DIRECTIONS:
Every line below from the one containing "#74=FACE_BOUND('',#73,.T.);" through the one containing "#87=ORIENTED_EDGE('',*,*,#37,.T.);" must be transcribed exactly. Omit all lines outside that stretch.

DATASET ENTRIES:
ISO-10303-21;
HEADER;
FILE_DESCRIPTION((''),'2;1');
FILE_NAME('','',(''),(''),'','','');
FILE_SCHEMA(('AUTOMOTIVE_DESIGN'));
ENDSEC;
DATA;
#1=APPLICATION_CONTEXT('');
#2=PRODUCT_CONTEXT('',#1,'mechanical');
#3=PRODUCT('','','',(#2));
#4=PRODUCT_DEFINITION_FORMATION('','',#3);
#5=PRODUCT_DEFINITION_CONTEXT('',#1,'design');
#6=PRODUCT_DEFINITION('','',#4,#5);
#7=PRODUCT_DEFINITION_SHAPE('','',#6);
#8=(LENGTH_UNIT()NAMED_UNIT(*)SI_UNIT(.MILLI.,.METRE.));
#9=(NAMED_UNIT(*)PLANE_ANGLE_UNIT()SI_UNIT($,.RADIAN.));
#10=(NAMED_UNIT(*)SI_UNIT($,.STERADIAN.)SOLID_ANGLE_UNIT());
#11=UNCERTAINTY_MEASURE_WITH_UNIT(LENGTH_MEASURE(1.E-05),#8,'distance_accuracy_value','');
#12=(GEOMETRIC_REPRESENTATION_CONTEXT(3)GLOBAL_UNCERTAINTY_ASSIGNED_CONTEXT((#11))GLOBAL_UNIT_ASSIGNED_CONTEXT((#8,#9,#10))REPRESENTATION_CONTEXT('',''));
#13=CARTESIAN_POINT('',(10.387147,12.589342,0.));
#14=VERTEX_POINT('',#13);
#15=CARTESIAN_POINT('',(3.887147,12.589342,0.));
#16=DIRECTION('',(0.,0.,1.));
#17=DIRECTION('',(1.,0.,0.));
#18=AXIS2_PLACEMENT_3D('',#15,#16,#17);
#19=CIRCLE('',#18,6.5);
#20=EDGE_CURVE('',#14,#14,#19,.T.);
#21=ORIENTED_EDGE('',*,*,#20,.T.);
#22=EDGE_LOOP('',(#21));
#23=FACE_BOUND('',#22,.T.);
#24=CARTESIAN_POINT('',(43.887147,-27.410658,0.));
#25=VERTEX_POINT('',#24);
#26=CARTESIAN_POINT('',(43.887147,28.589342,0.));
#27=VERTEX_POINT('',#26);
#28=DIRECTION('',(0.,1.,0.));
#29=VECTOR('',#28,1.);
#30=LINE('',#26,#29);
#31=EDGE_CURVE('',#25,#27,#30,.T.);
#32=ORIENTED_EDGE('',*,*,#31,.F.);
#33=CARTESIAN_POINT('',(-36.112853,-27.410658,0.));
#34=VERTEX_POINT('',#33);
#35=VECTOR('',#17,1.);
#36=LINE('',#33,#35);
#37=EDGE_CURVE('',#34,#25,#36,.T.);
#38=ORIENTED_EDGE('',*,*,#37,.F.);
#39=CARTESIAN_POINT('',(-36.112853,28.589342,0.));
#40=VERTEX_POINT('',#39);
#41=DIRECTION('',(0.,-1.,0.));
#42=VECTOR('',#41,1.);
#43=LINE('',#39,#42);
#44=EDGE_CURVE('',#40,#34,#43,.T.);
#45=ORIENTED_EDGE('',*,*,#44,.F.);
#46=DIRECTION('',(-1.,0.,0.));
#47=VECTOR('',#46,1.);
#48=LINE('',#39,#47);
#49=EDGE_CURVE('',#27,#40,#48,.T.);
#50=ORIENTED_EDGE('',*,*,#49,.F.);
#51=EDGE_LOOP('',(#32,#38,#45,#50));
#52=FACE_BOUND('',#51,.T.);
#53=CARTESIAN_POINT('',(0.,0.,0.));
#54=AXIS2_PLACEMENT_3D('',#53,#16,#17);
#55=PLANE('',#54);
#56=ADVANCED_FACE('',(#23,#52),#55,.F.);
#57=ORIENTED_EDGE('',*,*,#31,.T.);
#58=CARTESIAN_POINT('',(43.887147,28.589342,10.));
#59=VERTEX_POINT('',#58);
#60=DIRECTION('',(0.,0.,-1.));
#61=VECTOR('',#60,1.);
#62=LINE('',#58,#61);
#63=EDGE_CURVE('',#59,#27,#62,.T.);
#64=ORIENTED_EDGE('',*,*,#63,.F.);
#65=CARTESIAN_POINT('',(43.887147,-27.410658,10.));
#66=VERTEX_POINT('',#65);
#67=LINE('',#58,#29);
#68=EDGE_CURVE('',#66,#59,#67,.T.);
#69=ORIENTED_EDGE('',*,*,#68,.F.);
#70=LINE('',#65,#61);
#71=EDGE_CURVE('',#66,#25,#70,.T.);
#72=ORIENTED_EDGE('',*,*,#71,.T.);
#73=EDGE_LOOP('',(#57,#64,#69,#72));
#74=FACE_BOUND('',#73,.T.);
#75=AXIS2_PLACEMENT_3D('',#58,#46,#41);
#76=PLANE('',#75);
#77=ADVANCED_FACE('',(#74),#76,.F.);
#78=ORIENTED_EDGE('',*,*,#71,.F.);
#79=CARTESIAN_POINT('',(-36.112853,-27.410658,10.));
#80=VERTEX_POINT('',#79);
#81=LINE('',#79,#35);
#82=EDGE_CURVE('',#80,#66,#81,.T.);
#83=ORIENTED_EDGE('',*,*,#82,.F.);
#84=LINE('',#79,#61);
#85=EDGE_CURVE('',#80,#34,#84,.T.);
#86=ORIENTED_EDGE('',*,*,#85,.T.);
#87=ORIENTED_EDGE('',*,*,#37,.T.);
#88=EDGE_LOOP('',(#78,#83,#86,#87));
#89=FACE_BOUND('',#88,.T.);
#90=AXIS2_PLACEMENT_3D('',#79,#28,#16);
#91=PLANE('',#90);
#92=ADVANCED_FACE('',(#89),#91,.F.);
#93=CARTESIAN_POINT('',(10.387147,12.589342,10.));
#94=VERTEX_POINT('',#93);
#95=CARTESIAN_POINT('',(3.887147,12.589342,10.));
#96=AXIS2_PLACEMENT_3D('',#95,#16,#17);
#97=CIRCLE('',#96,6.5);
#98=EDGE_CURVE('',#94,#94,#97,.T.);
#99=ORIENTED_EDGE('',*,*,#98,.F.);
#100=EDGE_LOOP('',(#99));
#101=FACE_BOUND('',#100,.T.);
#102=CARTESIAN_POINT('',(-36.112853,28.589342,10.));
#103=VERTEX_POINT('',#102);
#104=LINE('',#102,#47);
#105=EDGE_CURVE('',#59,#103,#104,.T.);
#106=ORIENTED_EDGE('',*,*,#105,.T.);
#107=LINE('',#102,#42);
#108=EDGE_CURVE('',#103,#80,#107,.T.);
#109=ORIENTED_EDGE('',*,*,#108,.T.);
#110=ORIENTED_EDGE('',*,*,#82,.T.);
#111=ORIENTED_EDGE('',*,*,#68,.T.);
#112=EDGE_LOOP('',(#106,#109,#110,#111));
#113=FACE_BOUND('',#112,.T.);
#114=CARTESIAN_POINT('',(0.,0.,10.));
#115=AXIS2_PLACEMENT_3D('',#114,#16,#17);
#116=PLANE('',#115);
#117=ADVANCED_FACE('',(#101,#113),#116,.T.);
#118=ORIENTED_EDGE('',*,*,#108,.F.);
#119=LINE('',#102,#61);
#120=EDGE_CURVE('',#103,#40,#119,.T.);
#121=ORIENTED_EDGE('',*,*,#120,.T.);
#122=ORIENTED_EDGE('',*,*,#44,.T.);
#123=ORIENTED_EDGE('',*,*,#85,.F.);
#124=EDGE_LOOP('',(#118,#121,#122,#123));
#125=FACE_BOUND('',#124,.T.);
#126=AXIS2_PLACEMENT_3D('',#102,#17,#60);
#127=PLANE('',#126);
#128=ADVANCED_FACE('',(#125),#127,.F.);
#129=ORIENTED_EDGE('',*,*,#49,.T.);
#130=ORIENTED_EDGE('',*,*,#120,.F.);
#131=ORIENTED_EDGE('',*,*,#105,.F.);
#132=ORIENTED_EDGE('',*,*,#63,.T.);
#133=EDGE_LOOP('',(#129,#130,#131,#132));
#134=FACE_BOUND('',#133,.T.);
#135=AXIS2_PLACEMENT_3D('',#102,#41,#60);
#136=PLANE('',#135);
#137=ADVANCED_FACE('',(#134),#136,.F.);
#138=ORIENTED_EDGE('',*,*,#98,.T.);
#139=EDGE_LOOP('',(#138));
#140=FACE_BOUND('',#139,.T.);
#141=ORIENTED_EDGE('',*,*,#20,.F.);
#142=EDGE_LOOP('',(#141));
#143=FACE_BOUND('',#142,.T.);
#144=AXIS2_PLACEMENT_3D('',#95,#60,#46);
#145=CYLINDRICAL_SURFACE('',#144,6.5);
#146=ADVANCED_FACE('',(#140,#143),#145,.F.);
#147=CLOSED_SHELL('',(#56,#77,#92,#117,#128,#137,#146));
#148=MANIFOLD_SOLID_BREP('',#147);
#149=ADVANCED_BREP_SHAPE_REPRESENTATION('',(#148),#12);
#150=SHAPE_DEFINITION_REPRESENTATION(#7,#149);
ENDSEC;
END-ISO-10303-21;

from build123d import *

# Parameters (mm, degrees)
SKETCH_1_W      = 80
SKETCH_1_H      = 56
SKETCH_1_R      = 6.5
EXTRUDE_1_DEPTH = 10


with BuildPart() as part:
    # 草图1 → 凸台-拉伸1 (new body)
    with BuildSketch(Plane.XY):
        with Locations((3.887147335, 0.589341693)):
            Rectangle(SKETCH_1_W, SKETCH_1_H)
        with Locations((3.887147335, 12.589341693)):
            Circle(SKETCH_1_R, mode=Mode.SUBTRACT)
    extrude(amount=EXTRUDE_1_DEPTH)


solid = part.part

RESULT FOR THIS TASK:
#74=FACE_BOUND('',#73,.T.);
#75=AXIS2_PLACEMENT_3D('',#58,#46,#41);
#76=PLANE('',#75);
#77=ADVANCED_FACE('',(#74),#76,.F.);
#78=ORIENTED_EDGE('',*,*,#71,.F.);
#79=CARTESIAN_POINT('',(-36.112853,-27.410658,10.));
#80=VERTEX_POINT('',#79);
#81=LINE('',#79,#35);
#82=EDGE_CURVE('',#80,#66,#81,.T.);
#83=ORIENTED_EDGE('',*,*,#82,.F.);
#84=LINE('',#79,#61);
#85=EDGE_CURVE('',#80,#34,#84,.T.);
#86=ORIENTED_EDGE('',*,*,#85,.T.);
#87=ORIENTED_EDGE('',*,*,#37,.T.);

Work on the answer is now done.